Find the line with "f 798 820 812" in the entries below, then reproduce it and every line after it down to and including the line with "f 822 631 630", exactly.
[[ Data shown open ]]
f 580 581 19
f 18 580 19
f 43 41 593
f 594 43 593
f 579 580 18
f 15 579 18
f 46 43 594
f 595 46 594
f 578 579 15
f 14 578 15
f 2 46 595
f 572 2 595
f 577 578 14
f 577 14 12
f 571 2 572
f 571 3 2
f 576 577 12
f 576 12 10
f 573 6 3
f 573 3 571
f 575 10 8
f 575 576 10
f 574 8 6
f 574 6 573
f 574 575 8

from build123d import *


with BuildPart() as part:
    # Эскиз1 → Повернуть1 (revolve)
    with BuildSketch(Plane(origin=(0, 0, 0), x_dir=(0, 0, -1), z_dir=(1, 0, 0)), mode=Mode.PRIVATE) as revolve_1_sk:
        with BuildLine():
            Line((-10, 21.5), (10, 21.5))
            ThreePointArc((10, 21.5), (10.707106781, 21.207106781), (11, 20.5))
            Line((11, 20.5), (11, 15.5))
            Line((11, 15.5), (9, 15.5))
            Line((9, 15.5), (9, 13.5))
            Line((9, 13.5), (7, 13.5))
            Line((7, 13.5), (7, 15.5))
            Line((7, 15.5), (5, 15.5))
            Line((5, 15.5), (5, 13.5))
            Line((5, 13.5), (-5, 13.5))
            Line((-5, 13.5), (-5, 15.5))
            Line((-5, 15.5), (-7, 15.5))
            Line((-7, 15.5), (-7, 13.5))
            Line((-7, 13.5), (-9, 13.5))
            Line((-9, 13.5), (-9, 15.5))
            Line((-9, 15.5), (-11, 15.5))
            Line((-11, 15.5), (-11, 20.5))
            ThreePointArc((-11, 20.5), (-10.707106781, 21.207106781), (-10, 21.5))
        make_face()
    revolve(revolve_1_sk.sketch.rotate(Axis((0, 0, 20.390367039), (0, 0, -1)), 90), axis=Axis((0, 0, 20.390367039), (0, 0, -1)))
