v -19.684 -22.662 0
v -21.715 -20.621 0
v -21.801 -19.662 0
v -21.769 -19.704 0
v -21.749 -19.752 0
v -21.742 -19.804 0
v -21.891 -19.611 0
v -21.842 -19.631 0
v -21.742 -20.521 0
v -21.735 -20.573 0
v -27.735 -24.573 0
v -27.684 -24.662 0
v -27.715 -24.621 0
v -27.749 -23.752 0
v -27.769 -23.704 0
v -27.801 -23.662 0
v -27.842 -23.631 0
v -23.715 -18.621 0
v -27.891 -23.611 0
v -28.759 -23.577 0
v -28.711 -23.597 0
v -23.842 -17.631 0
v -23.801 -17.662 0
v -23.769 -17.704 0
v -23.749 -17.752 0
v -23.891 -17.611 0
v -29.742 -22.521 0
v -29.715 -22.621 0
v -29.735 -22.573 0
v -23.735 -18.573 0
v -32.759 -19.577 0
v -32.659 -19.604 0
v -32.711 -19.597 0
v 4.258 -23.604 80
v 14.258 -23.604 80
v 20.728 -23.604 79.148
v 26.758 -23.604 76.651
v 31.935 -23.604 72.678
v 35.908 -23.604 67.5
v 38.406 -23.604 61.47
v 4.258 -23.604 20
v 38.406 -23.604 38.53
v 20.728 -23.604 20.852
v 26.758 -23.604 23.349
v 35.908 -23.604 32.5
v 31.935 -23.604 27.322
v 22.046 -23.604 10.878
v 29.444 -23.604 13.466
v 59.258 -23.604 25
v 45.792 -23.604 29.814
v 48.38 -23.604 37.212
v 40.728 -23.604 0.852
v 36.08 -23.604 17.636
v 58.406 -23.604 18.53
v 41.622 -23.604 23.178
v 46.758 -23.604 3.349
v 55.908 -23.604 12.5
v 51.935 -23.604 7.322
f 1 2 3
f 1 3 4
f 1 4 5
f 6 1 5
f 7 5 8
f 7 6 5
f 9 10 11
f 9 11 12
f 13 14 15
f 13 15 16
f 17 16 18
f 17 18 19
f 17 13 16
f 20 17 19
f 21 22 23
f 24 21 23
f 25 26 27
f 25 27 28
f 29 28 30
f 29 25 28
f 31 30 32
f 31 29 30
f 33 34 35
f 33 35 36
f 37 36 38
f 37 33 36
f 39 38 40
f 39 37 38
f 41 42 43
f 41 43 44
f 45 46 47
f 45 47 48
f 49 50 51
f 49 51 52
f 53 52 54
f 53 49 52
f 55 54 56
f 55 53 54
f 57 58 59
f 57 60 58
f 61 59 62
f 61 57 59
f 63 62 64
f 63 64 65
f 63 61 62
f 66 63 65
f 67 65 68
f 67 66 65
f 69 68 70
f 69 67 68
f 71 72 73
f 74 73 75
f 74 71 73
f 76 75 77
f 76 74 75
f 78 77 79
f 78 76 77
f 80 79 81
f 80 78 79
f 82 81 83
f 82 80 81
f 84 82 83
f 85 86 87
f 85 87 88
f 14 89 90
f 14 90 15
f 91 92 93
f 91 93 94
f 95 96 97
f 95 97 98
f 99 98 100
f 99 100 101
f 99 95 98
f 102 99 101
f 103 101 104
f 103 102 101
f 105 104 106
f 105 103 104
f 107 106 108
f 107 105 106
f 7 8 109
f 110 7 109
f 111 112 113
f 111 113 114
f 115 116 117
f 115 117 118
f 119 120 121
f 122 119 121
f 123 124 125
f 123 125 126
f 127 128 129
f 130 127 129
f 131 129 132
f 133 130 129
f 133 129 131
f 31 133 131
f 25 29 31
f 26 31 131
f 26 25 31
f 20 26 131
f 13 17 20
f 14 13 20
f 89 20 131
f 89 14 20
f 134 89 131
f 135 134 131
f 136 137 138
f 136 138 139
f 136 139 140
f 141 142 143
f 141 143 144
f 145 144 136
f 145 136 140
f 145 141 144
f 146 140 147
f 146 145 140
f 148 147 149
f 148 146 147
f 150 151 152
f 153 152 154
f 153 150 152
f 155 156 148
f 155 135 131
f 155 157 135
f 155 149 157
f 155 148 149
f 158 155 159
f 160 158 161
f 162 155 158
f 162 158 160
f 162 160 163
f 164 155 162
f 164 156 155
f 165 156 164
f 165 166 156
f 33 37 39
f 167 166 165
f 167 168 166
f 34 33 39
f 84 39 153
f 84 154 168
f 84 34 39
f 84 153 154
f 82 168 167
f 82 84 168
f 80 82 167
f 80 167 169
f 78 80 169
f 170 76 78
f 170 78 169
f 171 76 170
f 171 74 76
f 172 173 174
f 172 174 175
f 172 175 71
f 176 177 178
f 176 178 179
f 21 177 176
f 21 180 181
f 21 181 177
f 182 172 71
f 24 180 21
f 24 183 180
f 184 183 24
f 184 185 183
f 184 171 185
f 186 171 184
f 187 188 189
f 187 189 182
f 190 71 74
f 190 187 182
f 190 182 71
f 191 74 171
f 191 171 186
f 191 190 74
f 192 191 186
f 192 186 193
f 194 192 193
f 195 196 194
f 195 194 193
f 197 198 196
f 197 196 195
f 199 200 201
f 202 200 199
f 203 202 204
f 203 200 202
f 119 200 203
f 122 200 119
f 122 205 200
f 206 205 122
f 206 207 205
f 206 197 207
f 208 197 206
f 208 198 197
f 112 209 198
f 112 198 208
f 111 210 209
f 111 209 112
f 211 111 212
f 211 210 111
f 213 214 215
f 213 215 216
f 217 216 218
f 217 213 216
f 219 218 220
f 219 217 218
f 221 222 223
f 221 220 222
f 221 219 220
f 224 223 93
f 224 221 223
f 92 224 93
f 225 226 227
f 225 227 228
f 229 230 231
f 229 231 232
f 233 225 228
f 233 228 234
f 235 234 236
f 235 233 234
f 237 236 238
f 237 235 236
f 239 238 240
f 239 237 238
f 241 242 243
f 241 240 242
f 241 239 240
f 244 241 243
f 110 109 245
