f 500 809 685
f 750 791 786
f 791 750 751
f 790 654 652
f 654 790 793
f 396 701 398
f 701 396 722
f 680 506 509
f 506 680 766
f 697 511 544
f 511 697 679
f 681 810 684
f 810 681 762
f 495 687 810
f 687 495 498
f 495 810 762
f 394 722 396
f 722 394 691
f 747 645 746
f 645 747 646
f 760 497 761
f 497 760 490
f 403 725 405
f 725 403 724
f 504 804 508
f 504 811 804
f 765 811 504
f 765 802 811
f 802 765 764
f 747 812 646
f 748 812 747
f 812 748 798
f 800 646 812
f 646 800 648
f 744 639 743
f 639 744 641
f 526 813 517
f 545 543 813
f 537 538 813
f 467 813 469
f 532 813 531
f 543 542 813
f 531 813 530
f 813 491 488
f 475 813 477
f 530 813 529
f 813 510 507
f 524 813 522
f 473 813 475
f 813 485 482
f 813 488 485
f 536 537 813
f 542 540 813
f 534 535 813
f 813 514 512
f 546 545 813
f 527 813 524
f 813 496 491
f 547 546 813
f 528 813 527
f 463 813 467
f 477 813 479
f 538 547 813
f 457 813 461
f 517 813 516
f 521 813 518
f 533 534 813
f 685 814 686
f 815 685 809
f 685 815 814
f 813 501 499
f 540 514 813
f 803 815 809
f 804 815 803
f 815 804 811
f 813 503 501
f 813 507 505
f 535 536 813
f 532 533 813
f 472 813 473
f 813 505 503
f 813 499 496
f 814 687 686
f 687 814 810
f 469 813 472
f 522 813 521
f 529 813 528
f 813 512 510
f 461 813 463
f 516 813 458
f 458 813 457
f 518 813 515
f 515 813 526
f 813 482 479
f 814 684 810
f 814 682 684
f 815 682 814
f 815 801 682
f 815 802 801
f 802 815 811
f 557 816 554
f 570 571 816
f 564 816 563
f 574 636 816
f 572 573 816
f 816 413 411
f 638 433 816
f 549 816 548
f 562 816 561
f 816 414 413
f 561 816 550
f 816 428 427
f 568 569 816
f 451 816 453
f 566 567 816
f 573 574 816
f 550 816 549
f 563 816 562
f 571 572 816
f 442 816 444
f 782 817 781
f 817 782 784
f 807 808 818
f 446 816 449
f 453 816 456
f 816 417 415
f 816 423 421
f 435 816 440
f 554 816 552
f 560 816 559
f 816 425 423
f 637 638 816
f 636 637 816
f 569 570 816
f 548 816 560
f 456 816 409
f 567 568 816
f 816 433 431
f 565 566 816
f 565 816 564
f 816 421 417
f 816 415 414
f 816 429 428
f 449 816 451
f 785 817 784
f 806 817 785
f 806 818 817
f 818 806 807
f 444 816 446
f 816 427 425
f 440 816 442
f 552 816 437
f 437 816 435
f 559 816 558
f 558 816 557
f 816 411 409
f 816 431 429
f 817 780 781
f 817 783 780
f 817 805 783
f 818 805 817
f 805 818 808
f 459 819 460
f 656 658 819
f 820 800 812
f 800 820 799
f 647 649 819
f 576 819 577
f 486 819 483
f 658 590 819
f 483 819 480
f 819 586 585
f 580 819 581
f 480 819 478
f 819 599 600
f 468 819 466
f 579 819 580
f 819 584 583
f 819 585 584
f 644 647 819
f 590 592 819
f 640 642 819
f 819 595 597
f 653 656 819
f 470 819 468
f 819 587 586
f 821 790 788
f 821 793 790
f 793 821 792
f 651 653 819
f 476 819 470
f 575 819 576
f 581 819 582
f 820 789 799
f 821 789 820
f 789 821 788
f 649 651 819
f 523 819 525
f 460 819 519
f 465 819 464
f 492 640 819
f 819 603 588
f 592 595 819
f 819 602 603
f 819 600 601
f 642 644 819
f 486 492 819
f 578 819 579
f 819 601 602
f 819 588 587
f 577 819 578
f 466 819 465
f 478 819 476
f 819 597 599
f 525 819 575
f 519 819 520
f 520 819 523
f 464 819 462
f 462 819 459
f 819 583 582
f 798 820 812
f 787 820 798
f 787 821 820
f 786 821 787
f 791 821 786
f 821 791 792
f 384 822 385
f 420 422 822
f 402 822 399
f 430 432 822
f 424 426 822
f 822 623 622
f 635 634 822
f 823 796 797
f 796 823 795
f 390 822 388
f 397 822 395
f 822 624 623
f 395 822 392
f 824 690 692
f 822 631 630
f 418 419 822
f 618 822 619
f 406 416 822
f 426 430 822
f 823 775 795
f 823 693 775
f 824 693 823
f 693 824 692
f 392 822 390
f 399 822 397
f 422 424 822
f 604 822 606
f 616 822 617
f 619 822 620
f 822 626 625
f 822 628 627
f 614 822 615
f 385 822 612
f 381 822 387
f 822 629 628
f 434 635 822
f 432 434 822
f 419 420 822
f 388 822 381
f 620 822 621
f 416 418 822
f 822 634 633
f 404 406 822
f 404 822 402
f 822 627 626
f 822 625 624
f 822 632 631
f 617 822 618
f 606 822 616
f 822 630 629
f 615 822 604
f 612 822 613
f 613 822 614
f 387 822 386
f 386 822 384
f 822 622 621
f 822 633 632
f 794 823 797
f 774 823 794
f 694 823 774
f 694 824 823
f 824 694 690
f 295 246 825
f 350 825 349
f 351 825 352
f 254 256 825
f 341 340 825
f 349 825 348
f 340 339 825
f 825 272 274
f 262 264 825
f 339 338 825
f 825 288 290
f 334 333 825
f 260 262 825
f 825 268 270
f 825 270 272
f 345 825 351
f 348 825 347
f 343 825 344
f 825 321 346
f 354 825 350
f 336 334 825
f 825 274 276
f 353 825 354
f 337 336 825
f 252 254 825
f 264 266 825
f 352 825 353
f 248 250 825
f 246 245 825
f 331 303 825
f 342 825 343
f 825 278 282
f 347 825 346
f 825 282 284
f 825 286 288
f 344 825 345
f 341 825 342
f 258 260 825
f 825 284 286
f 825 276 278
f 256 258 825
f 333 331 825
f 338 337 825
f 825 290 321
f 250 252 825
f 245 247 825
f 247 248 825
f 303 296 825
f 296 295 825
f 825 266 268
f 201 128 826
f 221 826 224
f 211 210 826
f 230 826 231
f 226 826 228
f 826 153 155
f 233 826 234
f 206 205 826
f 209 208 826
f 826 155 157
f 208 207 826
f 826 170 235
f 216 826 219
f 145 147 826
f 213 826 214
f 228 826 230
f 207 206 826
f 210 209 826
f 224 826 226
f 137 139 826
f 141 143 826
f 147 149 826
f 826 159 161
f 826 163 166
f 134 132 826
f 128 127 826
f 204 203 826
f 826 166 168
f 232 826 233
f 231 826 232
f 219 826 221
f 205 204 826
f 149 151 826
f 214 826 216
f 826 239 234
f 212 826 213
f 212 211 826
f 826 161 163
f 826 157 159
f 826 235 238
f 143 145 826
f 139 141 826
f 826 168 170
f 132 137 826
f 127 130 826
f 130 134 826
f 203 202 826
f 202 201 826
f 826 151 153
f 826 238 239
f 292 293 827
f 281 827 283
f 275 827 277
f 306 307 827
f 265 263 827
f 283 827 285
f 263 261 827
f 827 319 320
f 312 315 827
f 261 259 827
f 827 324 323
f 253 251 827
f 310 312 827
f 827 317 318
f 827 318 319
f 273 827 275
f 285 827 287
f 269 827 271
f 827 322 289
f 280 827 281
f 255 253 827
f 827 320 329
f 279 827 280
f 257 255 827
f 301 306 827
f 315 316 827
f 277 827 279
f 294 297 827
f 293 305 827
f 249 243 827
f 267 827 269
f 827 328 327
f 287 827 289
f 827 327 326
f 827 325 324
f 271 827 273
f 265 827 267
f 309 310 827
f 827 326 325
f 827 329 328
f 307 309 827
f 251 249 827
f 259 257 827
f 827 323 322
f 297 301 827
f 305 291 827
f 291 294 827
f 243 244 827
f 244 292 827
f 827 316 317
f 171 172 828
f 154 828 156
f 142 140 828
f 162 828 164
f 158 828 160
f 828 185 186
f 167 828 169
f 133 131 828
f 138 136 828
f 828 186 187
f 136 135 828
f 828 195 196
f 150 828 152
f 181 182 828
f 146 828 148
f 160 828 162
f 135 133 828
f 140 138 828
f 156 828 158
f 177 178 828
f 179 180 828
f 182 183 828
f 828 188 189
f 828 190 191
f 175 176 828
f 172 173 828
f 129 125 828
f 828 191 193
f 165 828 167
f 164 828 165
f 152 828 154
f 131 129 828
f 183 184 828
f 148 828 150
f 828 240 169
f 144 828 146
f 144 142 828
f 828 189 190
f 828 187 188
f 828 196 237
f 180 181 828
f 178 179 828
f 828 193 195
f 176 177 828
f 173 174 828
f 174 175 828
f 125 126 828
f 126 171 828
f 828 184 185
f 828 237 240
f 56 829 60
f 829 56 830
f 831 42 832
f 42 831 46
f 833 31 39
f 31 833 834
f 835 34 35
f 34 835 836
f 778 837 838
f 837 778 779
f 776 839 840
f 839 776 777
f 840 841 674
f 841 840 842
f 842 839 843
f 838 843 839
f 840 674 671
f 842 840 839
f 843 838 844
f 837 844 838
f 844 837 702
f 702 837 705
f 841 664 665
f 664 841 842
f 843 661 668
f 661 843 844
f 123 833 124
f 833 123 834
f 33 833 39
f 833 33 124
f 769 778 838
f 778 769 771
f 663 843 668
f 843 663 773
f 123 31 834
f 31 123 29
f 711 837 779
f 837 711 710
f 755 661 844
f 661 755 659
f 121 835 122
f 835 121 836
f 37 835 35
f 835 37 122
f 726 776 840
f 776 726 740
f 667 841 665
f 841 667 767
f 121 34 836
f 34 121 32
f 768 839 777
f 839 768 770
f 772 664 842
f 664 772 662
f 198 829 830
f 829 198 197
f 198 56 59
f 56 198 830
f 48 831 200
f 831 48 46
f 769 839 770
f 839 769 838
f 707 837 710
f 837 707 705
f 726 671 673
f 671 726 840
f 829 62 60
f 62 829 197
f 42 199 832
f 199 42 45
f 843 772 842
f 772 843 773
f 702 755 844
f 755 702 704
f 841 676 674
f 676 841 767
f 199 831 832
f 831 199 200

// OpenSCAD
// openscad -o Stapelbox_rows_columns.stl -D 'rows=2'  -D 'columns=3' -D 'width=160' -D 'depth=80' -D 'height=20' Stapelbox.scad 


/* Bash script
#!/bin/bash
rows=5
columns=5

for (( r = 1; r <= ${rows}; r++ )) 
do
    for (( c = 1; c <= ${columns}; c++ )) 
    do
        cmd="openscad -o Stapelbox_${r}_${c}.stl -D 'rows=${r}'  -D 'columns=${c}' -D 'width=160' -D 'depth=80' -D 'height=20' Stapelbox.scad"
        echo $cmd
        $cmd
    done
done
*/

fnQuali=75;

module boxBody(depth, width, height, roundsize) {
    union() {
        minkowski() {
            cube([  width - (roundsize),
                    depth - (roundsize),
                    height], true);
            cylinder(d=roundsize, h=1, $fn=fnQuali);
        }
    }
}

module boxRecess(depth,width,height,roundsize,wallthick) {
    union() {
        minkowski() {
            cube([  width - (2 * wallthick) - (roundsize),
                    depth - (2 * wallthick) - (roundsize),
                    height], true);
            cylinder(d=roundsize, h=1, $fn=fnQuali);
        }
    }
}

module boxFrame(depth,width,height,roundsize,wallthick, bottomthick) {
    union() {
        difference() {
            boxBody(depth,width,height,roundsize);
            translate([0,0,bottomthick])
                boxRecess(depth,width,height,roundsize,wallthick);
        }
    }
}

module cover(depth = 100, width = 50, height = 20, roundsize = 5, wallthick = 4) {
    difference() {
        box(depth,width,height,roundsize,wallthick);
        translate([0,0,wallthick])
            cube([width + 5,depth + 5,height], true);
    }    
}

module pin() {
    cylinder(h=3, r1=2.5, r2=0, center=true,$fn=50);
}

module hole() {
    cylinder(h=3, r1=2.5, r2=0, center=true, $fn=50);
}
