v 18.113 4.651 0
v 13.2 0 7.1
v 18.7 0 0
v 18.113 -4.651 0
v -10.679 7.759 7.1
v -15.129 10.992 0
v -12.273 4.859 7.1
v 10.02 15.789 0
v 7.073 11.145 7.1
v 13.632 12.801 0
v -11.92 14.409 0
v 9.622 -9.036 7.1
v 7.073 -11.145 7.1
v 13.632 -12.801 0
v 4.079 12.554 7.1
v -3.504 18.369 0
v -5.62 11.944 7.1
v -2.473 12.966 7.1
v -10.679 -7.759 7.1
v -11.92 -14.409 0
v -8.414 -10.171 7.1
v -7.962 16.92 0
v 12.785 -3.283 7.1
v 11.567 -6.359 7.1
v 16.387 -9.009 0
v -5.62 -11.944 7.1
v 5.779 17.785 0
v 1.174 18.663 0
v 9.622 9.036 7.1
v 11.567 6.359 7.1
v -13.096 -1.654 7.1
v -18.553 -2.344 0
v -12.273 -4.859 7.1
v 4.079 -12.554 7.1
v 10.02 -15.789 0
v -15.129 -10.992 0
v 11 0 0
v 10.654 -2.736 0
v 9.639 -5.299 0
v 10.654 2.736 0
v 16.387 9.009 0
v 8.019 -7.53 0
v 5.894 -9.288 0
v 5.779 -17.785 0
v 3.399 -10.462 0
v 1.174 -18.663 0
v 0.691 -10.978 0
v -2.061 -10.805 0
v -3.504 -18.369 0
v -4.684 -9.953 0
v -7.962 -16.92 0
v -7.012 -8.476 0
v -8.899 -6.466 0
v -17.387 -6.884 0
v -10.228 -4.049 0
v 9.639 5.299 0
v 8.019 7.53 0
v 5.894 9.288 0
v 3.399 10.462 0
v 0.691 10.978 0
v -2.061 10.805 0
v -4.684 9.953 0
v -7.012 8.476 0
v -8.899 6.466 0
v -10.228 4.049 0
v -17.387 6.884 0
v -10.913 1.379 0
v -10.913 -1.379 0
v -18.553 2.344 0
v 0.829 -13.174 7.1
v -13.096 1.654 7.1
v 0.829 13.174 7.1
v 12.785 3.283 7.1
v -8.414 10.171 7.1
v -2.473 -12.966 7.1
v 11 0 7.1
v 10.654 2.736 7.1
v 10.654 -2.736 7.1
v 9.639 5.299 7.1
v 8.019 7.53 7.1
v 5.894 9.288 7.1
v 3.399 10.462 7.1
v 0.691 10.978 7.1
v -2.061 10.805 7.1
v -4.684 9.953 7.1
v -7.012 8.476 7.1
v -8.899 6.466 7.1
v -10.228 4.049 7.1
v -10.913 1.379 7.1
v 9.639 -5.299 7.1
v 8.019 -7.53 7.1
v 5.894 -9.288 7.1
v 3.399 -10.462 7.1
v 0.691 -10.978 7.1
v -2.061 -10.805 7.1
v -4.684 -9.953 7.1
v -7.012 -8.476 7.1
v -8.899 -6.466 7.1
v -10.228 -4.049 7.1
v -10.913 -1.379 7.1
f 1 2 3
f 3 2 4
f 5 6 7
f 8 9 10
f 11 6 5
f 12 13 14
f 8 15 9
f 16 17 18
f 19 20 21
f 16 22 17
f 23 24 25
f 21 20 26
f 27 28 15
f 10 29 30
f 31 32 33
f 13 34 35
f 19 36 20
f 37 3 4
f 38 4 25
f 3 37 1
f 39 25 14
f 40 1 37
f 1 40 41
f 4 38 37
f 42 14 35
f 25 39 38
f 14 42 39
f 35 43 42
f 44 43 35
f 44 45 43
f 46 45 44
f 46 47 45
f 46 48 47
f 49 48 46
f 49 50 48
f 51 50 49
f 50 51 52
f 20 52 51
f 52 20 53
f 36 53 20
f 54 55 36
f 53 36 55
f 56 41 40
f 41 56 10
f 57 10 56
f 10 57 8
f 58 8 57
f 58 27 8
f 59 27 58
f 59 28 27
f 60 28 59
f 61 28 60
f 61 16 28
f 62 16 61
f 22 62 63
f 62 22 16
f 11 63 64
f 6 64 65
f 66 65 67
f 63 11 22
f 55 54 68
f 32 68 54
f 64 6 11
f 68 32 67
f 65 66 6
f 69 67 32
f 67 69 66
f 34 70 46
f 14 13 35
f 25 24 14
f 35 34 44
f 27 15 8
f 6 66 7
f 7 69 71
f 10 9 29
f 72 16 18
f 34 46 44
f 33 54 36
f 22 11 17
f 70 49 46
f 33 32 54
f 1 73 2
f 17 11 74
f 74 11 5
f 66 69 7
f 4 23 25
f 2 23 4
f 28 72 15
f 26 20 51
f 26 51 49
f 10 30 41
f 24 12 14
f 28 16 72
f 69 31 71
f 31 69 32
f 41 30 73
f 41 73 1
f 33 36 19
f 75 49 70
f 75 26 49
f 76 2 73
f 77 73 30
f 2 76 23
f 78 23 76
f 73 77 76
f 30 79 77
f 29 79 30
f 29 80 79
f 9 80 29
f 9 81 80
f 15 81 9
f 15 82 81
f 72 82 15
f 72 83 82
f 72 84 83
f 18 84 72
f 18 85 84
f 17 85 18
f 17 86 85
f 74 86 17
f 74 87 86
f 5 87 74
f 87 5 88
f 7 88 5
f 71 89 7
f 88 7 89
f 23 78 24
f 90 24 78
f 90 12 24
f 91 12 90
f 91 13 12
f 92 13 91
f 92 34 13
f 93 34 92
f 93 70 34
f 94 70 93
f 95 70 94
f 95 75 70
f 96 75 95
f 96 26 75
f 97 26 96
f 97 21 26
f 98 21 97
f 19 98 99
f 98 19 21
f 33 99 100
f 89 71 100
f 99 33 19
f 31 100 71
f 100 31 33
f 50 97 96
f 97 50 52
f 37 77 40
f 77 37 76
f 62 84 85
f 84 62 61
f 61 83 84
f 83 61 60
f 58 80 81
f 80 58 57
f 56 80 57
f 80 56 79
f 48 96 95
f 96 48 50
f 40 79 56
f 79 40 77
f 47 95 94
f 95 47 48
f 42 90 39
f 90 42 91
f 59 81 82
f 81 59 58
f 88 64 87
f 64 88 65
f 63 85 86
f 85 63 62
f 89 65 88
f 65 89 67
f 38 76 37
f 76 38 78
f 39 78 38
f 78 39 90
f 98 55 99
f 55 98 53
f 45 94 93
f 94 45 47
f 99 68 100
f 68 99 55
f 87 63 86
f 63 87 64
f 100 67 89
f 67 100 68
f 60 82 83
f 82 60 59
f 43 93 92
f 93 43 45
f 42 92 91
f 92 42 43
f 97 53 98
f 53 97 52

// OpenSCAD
module cone_r608z(D=22*1.7, d=22*1.2, h=7+0.1, def=25){
    r608z_d=8;
    r608z_D=22;
    r608z_e=7;
    
    difference() {
        cylinder(h = h, d1 = D, d2 = d, $fn=def);
        translate([0,0,-0.1]) cylinder(d=r608z_D,h=r608z_e+0.3,$fn=def);
    }
    
}

cone_r608z();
[[ Data shown closed ]]
* Answer to this problem *
f 798 820 812
f 787 820 798
f 787 821 820
f 786 821 787
f 791 821 786
f 821 791 792
f 384 822 385
f 420 422 822
f 402 822 399
f 430 432 822
f 424 426 822
f 822 623 622
f 635 634 822
f 823 796 797
f 796 823 795
f 390 822 388
f 397 822 395
f 822 624 623
f 395 822 392
f 824 690 692
f 822 631 630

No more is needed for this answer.